Review and update security plans and control documentation
This task involves reviewing and updating the security plans and control documentation in accordance with changes to the system or security requirements. It is important to keep the documentation up-to-date and aligned with the current state of the information system. The desired result is comprehensive and accurate security plans and control documentation. To complete this task, you will need knowledge of the system, updates or changes that have occurred, and any relevant policies or regulations. Review existing documentation, consult with system owners and security experts, and document any necessary updates or changes. Possible challenges include coordinating updates across multiple systems, capturing all relevant changes, and ensuring consistency across documentation.
Approval: Management Review
Will be submitted for approval:
Develop continuous monitoring strategy
Will be submitted
Implement continuous monitoring strategy
Will be submitted
Review and update security plans and control documentation
Will be submitted
Prepare for external audits
This task involves preparing the necessary documentation, evidence, and processes for an external audit of the organization's compliance with FISMA requirements. External audits provide an independent assessment of the organization's security practices and can be used to identify areas for improvement. The desired result is a comprehensive audit preparation package that includes all required documentation and evidence. To complete this task, you will need knowledge of the external audit requirements, organization's systems, and relevant documentation standards. Coordinate with system owners, security experts, and internal audit teams to gather the necessary information and prepare the documentation package. Possible challenges include capturing all required evidence, addressing gaps identified during pre-audit assessments, and meeting audit deadlines.

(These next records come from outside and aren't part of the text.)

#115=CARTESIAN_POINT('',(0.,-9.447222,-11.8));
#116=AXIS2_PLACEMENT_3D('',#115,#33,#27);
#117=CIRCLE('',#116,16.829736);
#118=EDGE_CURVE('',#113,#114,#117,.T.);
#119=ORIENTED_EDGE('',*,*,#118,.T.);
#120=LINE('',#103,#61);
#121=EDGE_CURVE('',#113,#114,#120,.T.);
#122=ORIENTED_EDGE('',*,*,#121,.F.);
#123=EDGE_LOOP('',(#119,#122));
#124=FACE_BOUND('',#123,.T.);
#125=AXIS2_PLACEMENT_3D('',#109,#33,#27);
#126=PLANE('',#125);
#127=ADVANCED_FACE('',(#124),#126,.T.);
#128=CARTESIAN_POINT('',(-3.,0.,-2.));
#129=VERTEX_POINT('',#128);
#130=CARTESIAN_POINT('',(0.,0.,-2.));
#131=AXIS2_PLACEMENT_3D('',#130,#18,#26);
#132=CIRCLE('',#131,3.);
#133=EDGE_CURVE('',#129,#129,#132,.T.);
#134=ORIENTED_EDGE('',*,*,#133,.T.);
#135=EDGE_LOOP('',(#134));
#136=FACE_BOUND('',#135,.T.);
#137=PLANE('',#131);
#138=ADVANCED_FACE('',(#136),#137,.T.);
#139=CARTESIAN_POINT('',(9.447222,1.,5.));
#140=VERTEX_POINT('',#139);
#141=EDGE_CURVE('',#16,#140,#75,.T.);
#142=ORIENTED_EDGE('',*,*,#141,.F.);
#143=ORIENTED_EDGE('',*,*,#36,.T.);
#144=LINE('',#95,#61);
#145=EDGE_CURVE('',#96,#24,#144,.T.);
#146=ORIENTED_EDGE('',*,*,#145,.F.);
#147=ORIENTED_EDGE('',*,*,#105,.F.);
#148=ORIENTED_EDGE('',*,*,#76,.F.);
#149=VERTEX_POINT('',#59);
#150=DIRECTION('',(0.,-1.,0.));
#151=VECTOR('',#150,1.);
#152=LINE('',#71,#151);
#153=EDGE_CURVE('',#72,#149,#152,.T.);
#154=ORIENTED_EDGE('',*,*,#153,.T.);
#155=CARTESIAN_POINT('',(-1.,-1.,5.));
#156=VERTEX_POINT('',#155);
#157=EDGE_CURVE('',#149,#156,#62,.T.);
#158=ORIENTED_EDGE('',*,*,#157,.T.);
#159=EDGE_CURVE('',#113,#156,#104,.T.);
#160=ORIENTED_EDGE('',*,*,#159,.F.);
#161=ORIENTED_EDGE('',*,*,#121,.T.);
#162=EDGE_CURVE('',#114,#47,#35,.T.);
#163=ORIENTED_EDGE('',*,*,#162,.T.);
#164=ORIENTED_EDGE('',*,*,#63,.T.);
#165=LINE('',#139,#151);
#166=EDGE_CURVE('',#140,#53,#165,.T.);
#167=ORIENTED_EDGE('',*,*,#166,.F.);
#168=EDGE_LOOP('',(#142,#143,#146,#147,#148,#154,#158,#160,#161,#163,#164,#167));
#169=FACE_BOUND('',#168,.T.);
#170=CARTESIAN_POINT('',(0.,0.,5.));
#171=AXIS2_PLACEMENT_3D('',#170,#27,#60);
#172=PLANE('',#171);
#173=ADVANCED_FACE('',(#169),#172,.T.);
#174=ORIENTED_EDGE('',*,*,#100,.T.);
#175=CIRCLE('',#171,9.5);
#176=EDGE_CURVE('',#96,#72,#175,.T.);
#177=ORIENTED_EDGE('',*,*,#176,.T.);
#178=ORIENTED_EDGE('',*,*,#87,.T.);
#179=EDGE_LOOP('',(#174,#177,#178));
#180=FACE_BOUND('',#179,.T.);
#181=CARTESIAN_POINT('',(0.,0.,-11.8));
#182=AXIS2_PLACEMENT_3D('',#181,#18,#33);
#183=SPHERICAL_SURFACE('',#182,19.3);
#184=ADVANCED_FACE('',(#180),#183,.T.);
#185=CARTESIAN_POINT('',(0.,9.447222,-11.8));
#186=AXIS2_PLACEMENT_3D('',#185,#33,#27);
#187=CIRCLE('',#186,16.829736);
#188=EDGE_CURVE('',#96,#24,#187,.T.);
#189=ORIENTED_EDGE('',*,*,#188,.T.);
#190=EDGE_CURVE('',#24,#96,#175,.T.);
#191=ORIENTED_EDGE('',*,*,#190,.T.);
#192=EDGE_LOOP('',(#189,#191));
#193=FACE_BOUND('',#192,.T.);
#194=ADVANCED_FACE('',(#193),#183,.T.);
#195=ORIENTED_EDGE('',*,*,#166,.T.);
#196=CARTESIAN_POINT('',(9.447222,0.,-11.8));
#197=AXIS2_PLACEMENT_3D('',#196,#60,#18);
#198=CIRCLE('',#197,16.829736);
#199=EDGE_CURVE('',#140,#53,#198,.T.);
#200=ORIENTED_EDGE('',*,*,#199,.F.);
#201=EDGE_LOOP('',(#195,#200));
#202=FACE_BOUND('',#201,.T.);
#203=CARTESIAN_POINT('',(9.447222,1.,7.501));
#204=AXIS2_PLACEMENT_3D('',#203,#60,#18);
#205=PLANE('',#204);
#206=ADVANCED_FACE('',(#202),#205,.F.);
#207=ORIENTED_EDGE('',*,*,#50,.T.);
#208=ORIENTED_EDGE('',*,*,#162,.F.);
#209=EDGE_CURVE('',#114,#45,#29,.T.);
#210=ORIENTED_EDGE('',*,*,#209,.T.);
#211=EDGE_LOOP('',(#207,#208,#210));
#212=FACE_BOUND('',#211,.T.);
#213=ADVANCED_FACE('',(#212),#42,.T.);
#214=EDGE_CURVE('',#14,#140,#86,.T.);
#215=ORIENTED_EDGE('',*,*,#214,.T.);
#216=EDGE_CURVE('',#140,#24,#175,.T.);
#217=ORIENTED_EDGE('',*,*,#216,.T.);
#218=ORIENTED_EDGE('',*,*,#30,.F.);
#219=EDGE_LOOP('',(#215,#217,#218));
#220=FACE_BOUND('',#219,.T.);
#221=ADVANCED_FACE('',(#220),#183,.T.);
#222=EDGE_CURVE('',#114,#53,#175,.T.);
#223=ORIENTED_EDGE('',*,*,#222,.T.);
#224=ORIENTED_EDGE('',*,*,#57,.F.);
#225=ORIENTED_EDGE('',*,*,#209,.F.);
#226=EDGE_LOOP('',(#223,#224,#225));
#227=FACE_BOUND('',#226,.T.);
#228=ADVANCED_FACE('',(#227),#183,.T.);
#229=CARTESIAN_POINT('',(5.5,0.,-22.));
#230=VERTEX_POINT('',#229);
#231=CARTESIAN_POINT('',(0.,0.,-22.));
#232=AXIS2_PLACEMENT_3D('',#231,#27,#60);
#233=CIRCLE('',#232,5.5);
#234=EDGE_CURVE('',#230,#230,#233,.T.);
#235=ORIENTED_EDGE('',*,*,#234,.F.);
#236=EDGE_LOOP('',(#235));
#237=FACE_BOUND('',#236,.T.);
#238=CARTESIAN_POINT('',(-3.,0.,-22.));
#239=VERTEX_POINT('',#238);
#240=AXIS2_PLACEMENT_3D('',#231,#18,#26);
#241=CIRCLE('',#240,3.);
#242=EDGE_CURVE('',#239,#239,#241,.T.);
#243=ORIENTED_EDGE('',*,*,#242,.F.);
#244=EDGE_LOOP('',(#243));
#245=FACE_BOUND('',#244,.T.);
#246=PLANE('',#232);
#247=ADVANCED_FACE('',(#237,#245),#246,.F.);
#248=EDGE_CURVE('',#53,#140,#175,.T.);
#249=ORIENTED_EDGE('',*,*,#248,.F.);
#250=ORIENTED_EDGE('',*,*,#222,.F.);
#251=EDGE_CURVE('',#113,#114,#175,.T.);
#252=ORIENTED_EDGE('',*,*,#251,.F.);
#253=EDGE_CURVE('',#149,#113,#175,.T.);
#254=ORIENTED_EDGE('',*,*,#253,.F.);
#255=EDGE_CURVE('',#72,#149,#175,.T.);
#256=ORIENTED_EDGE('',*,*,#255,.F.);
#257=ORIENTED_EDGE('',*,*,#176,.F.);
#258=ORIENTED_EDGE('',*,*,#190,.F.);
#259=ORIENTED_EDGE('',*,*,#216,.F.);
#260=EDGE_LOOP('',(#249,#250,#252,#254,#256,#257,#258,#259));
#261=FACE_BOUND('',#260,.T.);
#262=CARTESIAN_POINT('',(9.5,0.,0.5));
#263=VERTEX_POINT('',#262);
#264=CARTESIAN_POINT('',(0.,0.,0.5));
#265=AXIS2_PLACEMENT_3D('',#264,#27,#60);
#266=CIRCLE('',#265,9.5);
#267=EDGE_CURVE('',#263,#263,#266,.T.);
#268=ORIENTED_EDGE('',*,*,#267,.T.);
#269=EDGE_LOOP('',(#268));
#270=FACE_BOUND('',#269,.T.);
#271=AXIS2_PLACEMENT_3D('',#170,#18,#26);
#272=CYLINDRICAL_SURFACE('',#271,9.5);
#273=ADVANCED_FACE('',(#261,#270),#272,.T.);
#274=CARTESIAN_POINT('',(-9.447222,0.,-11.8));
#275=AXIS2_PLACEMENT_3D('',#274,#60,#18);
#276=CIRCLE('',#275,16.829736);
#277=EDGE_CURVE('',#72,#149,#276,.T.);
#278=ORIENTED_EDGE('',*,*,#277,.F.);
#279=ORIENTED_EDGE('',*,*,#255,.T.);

Participate in external audits
This task involves actively participating in the external audit process to ensure a smooth and successful assessment of the organization's compliance with FISMA requirements. Participation may involve providing requested documentation, facilitating interviews or walkthroughs, and responding to auditor inquiries. The desired result is a successful external audit with minimal findings or deficiencies. To complete this task, you will need knowledge of the external audit process, organization's systems, and relevant documentation or evidence. Coordinate with system owners, security experts, and internal audit teams to ensure a coordinated and organized approach to the audit. Possible challenges include addressing auditor inquiries or findings, coordinating activities across multiple teams, and meeting audit deadlines.
Address audit findings
This task involves addressing the findings or deficiencies identified during the external audit. It is important to promptly and effectively address the identified issues in order to maintain compliance with FISMA requirements. The desired result is the successful resolution or mitigation of the audit findings. To complete this task, you will need knowledge of the audit findings, available resources, and remediation best practices. Collaborate with system owners, security experts, and relevant stakeholders to develop and execute remediation plans. Document the actions taken to address the findings and ensure their effectiveness. Possible challenges include resource constraints, conflicting priorities, and potential delays in obtaining approvals or coordinating remediation activities.
1
Patch or Update Software
2
Strengthen Access Controls
3
Provide User Training
4
Improve Physical Security
5
Enhance Monitoring Mechanisms
Revise procedures as necessary based on audit findings
This task involves revising procedures and processes based on the findings or deficiencies identified during the external audit. It is important to learn from the audit process and make improvements to prevent similar issues in the future. The desired result is revised procedures that address the audit findings and incorporate lessons learned. To complete this task, you will need knowledge of the audit findings, organization's systems, and applicable procedures or processes. Consult with system owners, security experts, and relevant stakeholders to identify necessary revisions and document the updated procedures. Possible challenges include capturing all necessary revisions, addressing potential conflicts with existing procedures, and ensuring compliance with organizational policies or guidelines.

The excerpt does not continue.